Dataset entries
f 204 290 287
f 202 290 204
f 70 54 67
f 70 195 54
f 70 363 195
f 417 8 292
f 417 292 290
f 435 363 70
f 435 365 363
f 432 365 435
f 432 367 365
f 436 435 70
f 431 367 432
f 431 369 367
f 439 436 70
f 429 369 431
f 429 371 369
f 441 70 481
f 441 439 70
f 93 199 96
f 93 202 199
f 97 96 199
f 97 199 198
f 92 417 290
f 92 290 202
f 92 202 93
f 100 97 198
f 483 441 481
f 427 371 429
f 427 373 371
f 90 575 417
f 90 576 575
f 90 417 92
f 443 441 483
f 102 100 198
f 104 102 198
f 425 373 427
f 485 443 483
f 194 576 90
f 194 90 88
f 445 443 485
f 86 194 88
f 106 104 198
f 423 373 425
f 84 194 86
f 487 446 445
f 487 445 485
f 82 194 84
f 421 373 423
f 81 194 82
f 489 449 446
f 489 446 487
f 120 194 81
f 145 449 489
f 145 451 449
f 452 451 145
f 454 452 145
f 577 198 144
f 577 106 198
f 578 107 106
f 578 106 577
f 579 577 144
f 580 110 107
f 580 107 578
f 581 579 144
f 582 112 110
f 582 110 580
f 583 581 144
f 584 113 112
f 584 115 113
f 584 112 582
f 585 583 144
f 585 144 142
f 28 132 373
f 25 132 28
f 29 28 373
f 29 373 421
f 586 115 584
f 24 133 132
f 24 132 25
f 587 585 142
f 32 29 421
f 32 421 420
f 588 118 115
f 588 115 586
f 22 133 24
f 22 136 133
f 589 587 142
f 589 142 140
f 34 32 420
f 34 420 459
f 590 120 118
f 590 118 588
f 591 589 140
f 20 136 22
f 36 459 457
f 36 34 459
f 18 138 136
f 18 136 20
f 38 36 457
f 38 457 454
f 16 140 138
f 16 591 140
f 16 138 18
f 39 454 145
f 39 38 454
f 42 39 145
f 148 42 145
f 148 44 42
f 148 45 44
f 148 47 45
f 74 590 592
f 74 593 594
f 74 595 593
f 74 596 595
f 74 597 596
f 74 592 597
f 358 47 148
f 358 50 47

= EXERCISE DIRECTIONS =
Copy only this part of the entries above: the line with "f 86 194 88", the line with "f 584 115 113", and the lines between, all exactly as written.

= RESULT OF THIS EXERCISE =
f 86 194 88
f 106 104 198
f 423 373 425
f 84 194 86
f 487 446 445
f 487 445 485
f 82 194 84
f 421 373 423
f 81 194 82
f 489 449 446
f 489 446 487
f 120 194 81
f 145 449 489
f 145 451 449
f 452 451 145
f 454 452 145
f 577 198 144
f 577 106 198
f 578 107 106
f 578 106 577
f 579 577 144
f 580 110 107
f 580 107 578
f 581 579 144
f 582 112 110
f 582 110 580
f 583 581 144
f 584 113 112
f 584 115 113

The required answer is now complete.